Mathematical prediction of the time evolution of the COVID-19 pandemic in Italy by a Gauss error function and Monte Carlo simulations

In this paper are presented mathematical predictions on the evolution in time of the number of positive cases in Italy of the COVID-19 pandemic based on official data and on the use of a function of the type of a Gauss error function, with four parameters, as a cumulative distribution function. We have analyzed the available data for China and Italy. The evolution in time of the number of cumulative diagnosed positive cases of COVID-19 in China very well approximates a distribution of the type of the error function, that is, the integral of a normal, Gaussian distribution. We have then used such a function to study the potential evolution in time of the number of positive cases in Italy by performing a number of fits of the official data so far available.
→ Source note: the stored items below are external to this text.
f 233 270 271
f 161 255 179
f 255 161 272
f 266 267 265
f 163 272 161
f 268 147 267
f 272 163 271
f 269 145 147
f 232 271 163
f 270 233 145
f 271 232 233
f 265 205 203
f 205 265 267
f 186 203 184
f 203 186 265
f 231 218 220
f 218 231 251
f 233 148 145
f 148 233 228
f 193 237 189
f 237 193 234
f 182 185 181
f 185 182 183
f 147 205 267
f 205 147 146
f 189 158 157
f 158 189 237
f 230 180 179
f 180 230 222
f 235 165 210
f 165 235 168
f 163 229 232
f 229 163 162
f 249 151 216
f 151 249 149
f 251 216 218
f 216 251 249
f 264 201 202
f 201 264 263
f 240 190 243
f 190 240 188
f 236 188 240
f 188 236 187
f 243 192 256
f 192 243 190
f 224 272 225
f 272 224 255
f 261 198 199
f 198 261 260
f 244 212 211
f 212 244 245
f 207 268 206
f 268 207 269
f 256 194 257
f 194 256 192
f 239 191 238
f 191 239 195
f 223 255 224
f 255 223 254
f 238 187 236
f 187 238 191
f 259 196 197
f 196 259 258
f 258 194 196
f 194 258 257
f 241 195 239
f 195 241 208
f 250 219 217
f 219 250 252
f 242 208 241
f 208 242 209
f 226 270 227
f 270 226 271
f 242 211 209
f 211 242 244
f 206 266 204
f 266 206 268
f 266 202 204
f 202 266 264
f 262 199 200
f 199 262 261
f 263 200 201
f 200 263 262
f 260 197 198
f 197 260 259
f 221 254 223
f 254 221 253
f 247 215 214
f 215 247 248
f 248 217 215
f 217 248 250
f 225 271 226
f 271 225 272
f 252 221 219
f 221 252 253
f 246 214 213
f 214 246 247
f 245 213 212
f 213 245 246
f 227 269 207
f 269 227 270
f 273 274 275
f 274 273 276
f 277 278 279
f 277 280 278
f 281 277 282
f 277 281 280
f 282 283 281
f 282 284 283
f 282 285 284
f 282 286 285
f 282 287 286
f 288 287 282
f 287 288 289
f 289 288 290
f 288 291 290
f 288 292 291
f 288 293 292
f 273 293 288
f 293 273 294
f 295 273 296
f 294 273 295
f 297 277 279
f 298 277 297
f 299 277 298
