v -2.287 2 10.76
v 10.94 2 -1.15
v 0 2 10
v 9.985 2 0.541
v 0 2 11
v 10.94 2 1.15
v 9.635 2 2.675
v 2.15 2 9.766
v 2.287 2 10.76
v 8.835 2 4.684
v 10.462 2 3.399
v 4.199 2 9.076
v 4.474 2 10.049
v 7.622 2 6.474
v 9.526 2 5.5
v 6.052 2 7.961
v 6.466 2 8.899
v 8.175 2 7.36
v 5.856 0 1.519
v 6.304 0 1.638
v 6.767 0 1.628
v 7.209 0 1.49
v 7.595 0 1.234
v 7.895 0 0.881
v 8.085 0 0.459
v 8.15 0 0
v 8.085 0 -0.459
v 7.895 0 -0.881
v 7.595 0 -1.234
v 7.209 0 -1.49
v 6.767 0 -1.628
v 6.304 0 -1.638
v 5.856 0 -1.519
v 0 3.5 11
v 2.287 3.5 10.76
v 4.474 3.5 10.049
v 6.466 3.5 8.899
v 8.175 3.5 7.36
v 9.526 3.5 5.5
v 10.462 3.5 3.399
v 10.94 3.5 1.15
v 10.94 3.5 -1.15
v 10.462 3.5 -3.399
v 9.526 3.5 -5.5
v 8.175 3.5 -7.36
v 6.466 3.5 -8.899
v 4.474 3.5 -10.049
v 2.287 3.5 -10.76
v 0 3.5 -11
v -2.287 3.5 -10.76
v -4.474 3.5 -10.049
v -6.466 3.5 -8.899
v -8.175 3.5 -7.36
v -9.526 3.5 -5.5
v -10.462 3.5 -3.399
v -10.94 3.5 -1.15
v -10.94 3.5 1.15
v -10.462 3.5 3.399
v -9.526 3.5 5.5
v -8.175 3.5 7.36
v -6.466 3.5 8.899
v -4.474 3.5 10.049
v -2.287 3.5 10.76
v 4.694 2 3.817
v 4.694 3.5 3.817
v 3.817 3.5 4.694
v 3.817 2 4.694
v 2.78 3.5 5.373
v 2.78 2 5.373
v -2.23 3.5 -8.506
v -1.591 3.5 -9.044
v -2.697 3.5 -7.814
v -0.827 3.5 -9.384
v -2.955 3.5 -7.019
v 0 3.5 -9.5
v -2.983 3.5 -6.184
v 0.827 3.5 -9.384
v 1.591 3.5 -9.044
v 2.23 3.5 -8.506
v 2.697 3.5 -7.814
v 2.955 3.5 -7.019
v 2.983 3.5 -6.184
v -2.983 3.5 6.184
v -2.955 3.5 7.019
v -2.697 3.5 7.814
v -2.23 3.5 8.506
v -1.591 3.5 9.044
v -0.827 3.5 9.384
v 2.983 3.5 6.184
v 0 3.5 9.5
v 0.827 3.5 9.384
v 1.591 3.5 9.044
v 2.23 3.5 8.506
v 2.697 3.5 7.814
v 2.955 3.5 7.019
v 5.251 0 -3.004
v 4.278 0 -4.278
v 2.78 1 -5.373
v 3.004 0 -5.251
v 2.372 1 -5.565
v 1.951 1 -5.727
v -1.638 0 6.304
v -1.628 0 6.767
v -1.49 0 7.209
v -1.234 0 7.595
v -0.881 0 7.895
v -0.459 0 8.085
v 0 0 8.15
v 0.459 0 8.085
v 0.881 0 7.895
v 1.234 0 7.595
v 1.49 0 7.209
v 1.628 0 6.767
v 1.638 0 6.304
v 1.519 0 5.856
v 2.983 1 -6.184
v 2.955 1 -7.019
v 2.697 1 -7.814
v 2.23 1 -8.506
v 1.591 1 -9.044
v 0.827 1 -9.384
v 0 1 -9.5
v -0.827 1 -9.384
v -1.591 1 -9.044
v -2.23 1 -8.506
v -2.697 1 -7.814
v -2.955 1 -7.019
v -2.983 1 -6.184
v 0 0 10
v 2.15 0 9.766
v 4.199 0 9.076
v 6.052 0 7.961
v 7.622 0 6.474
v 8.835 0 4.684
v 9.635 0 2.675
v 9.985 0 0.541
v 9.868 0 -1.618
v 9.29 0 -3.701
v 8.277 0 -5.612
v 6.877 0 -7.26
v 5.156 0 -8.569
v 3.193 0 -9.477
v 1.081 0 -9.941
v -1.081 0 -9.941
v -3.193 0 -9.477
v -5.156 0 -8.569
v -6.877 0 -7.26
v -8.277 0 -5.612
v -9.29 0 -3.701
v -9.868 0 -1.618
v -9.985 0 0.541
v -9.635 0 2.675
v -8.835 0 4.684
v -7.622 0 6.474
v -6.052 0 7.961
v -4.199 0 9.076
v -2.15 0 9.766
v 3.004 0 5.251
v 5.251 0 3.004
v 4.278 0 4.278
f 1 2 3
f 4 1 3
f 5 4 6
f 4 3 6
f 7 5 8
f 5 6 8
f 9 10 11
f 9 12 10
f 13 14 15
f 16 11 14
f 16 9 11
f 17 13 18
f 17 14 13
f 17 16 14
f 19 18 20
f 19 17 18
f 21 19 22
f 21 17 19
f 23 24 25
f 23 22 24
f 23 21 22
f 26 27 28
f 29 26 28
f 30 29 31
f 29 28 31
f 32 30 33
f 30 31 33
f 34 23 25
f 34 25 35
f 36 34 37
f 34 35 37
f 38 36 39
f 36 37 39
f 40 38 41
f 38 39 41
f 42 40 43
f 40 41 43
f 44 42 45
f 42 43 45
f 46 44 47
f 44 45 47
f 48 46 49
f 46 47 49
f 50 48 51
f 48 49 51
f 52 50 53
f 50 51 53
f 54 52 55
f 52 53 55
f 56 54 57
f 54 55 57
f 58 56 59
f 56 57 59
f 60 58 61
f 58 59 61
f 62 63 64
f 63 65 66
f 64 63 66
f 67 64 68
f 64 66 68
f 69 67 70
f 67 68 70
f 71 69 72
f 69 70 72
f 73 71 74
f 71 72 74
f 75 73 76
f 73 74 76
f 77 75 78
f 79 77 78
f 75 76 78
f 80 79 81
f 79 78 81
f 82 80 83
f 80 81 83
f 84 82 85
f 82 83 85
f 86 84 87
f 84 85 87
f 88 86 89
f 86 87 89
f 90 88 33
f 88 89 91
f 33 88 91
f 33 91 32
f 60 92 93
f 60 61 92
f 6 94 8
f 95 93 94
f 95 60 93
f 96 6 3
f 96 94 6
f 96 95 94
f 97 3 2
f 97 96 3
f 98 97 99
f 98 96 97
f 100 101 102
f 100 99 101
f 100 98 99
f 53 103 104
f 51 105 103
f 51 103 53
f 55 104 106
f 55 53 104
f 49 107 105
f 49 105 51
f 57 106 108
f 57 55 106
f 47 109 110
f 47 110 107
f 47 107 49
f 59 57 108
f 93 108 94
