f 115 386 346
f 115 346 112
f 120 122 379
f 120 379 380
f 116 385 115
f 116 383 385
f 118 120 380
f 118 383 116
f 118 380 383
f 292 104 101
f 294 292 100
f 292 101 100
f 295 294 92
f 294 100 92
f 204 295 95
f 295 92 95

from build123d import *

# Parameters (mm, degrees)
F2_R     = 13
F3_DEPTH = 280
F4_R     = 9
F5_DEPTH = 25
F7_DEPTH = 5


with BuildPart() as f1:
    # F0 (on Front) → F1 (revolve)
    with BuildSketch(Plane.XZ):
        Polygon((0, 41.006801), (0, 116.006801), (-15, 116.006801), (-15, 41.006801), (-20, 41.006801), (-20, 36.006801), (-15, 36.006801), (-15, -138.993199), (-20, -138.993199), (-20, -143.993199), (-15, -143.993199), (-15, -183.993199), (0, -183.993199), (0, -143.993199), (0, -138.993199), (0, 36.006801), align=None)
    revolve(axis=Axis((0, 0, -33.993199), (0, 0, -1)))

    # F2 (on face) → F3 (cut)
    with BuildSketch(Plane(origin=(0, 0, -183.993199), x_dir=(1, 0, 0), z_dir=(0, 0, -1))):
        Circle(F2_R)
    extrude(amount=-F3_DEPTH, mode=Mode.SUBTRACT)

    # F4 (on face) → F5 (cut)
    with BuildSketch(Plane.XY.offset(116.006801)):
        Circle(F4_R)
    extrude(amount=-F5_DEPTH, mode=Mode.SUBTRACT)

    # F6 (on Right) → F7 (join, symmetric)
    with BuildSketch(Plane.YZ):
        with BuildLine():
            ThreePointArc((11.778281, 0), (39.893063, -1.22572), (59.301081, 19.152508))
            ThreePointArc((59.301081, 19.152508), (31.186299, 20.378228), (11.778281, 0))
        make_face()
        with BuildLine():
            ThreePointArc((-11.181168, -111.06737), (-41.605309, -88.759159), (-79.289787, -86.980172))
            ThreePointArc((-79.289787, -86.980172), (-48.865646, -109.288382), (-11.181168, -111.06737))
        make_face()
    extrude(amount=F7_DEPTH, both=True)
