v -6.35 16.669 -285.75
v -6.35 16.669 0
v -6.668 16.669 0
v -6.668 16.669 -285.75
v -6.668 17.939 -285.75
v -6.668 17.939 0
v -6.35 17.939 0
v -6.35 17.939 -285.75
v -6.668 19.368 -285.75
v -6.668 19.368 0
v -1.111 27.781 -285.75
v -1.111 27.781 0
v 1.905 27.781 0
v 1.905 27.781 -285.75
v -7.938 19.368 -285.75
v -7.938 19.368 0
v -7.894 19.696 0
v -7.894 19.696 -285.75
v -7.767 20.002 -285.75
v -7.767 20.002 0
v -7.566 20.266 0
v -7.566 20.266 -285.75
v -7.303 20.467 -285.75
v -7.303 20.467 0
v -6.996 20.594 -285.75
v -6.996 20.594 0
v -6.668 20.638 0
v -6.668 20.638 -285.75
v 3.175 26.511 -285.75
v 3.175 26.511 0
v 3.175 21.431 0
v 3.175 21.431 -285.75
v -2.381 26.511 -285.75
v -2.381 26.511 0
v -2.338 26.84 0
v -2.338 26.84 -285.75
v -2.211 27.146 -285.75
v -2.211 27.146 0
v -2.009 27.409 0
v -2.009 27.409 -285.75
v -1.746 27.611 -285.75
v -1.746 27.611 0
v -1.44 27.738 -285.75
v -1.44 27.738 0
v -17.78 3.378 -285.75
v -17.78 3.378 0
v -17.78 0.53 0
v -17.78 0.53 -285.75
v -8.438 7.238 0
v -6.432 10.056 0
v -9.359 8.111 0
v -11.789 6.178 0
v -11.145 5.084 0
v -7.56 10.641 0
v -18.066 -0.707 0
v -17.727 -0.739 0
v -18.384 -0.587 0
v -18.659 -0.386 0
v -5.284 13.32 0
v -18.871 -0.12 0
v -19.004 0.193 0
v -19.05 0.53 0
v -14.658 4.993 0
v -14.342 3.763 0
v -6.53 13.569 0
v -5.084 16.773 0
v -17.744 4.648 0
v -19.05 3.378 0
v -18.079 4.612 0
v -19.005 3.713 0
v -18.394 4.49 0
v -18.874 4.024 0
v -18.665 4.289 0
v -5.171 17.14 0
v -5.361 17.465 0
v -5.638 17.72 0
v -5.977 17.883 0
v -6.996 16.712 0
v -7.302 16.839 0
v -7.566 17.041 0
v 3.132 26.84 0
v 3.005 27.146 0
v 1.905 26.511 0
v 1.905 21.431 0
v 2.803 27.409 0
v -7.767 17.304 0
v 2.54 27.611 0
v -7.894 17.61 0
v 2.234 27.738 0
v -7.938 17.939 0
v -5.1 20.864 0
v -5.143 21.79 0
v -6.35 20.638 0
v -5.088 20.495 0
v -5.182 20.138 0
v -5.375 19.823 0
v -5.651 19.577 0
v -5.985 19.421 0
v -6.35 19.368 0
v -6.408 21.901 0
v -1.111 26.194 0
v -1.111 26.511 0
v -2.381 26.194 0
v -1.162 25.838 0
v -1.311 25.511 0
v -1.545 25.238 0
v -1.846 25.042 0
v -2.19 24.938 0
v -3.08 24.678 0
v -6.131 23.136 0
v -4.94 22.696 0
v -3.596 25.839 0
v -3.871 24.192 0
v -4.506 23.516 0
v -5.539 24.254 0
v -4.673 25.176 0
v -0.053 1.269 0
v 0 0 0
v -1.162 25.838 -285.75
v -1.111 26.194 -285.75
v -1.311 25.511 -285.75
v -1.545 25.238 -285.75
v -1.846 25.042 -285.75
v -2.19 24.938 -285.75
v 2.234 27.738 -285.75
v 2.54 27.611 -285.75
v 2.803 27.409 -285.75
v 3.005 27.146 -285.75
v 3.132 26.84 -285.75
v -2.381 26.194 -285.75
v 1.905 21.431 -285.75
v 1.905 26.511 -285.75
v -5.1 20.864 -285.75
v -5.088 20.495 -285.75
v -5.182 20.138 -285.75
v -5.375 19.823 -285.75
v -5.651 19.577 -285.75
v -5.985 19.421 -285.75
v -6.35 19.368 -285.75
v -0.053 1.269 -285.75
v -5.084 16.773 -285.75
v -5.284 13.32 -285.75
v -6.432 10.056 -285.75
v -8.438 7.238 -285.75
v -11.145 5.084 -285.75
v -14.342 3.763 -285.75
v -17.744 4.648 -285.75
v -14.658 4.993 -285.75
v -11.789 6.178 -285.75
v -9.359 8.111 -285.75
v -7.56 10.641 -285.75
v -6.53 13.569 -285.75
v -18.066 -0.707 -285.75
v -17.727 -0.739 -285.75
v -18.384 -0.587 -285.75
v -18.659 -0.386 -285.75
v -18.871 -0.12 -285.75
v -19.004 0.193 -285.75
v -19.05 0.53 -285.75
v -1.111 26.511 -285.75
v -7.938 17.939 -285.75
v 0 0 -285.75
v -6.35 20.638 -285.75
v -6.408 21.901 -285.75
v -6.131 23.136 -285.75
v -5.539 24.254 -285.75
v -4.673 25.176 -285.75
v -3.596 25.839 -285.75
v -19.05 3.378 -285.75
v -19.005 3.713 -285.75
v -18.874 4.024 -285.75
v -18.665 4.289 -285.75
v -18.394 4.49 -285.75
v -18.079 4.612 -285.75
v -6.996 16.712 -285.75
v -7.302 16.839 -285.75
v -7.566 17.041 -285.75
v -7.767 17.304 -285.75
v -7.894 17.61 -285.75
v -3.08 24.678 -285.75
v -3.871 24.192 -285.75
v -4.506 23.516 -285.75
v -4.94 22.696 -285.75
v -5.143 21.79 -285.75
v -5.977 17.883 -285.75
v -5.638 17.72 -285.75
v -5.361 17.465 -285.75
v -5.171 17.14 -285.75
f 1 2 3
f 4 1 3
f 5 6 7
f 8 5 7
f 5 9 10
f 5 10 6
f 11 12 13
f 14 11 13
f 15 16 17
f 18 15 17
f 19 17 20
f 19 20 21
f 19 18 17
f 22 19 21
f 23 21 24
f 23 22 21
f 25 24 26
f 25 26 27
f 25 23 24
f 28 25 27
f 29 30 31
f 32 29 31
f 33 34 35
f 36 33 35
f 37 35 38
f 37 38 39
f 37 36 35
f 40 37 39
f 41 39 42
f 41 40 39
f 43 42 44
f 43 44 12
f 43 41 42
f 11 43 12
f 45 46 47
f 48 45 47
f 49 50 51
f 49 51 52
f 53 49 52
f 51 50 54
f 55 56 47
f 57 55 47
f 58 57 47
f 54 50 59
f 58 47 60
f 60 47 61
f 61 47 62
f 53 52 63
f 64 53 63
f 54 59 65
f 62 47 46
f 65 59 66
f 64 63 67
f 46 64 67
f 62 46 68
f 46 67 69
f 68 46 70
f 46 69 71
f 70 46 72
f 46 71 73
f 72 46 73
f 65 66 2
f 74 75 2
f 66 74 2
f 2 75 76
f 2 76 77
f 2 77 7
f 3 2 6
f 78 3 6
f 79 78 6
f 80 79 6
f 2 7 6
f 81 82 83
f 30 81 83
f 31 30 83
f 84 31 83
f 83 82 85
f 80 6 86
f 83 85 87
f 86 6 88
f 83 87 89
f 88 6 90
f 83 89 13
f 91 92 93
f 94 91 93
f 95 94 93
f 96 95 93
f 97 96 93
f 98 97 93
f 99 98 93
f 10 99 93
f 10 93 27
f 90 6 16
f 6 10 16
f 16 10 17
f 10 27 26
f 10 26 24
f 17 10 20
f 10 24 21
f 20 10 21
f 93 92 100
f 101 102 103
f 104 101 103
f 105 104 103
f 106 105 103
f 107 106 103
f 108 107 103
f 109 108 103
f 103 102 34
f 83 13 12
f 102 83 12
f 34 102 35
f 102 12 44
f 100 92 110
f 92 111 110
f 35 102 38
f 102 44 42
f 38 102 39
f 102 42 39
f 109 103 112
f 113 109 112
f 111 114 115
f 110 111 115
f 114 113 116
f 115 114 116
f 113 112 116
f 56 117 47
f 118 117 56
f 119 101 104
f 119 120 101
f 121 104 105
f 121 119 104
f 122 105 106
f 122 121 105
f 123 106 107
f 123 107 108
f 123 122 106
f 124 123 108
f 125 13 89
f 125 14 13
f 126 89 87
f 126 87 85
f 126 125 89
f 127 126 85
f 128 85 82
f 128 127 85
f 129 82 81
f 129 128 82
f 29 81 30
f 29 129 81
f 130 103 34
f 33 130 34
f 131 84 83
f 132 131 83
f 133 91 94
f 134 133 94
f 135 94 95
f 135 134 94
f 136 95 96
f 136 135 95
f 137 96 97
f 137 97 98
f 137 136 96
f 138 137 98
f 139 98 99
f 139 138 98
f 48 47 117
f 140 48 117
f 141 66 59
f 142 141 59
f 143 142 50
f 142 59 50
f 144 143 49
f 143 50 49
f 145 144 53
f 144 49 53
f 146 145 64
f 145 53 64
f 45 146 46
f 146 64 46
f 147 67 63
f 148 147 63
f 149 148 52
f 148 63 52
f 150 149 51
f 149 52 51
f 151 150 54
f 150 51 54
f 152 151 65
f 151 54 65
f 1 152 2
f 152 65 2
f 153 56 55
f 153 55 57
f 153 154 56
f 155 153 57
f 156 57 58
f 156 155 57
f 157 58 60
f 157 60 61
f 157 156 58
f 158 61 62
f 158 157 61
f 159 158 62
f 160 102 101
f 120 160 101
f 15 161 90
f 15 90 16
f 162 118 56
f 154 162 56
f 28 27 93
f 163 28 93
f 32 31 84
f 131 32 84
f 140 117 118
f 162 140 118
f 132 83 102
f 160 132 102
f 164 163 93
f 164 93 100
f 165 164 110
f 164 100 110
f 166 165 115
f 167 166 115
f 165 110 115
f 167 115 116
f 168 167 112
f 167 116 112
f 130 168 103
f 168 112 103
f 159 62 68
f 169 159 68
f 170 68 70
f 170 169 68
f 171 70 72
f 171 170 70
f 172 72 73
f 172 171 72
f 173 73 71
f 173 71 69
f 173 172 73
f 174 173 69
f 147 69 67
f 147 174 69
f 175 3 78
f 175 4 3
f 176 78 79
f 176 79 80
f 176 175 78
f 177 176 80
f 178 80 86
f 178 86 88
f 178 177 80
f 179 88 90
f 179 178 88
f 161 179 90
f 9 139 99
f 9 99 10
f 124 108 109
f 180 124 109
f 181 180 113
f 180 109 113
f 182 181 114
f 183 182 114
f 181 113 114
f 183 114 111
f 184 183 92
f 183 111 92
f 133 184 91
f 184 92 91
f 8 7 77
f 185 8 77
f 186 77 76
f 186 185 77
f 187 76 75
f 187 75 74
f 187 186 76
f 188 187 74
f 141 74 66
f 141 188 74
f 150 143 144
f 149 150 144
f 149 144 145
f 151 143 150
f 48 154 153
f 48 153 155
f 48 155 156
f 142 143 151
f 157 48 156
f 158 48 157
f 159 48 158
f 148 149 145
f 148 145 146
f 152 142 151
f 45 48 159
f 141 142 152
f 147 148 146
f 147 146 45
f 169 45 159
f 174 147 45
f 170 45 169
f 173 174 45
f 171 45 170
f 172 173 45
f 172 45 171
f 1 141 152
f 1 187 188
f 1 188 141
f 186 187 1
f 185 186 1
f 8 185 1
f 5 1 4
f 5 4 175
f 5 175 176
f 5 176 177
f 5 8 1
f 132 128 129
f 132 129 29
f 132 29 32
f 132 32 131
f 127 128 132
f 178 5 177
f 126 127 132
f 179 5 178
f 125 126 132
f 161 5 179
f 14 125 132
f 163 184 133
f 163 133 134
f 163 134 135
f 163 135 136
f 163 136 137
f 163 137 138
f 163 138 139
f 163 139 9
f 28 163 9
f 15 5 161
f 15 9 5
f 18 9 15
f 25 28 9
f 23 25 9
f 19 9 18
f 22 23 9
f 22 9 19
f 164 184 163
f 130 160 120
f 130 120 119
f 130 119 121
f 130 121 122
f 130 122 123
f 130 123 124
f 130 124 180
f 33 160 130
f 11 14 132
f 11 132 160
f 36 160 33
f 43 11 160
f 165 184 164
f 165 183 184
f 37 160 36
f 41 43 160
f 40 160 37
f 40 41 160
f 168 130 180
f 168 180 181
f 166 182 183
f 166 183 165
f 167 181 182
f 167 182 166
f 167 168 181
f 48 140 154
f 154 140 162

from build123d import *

# Parameters (mm, degrees)
EXTRUDE_THIN1_DEPTH = 285.75
FILLET1_R           = 1.27


with BuildPart() as part:
    # Sketch1 → Extrude-Thin1 (new body)
    with BuildSketch(Plane.XY):
        with BuildLine():
            Line((0, 0), (-19.05, -0.79375))
            Line((-19.05, -0.79375), (-19.05, 4.7625))
            ThreePointArc((-19.05, 4.7625), (-9.824616787, 7.648549572), (-6.35, 16.66875))
            Line((-6.35, 16.66875), (-7.9375, 16.66875))
            Line((-7.9375, 16.66875), (-7.9375, 20.6375))
            Line((-7.9375, 20.6375), (-6.35, 20.6375))
            ThreePointArc((-6.35, 20.6375), (-5.539033157, 24.253773684), (-2.38125, 26.19375))
            Line((-2.38125, 26.19375), (-2.38125, 27.78125))
            Line((-2.38125, 27.78125), (3.175, 27.78125))
            Line((3.175, 27.78125), (3.175, 21.43125))
            Line((3.175, 21.43125), (1.905, 21.43125))
            Line((1.905, 21.43125), (1.905, 26.51125))
            Line((1.905, 26.51125), (-1.11125, 26.51125))
            Line((-1.11125, 26.51125), (-1.11125, 24.934167832))
            ThreePointArc((-1.11125, 24.934167832), (-4.660969167, 23.278250334), (-4.440513376, 19.3675))
            Line((-4.440513376, 19.3675), (-6.6675, 19.3675))
            Line((-6.6675, 19.3675), (-6.6675, 17.93875))
            Line((-6.6675, 17.93875), (-5.236398958, 17.93875))
            ThreePointArc((-5.236398958, 17.93875), (-8.043524077, 7.673709188), (-17.78, 3.378124142))
            Line((-17.78, 3.378124142), (-17.78, 0.530268619))
            Line((-17.78, 0.530268619), (-0.052870792, 1.268899003))
            Line((-0.052870792, 1.268899003), (0, 0))
        make_face()
    extrude(amount=-EXTRUDE_THIN1_DEPTH)

    # Fillet1
    fillet1_edges = [part.edges().sort_by_distance(p)[0] for p in [
        (-1.11125, 24.934167832, -142.875),
        (-4.440513376, 19.3675, -142.875),
        (-5.236398958, 17.93875, -142.875),
        (-19.05, -0.79375, -142.875),
        (-19.05, 4.7625, -142.875),
        (-7.9375, 16.66875, -142.875),
        (-7.9375, 20.6375, -142.875),
        (-2.38125, 27.78125, -142.875),
        (3.175, 27.78125, -142.875),
    ]]
    fillet(fillet1_edges, radius=FILLET1_R)


solid = part.part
We then found a statistical prediction for the day in which the peak of the number of daily positive cases in Italy occurs, corresponding to the flex of the fit, that is, to the change in sign of its second derivative (i.e., the change from acceleration to deceleration), as well as of the day in which a substantial attenuation of such number of daily cases is reached. We have also analyzed the predictions of the cumulative number of fatalities in both China and Italy, obtaining consistent results. We have then performed 150 Monte Carlo simulations to have a more robust prediction of the day of the above-mentioned peak and of the day of the substantial decrease in the number of daily positive cases and fatalities. Although official data have been used, those predictions are obtained with a heuristic approach since they are based on a statistical approach and do not take into account either a number of relevant issues (such as number of daily nasopharyngeal swabs, medical, social distancing, virological and epidemiological) or models of contamination diffusion.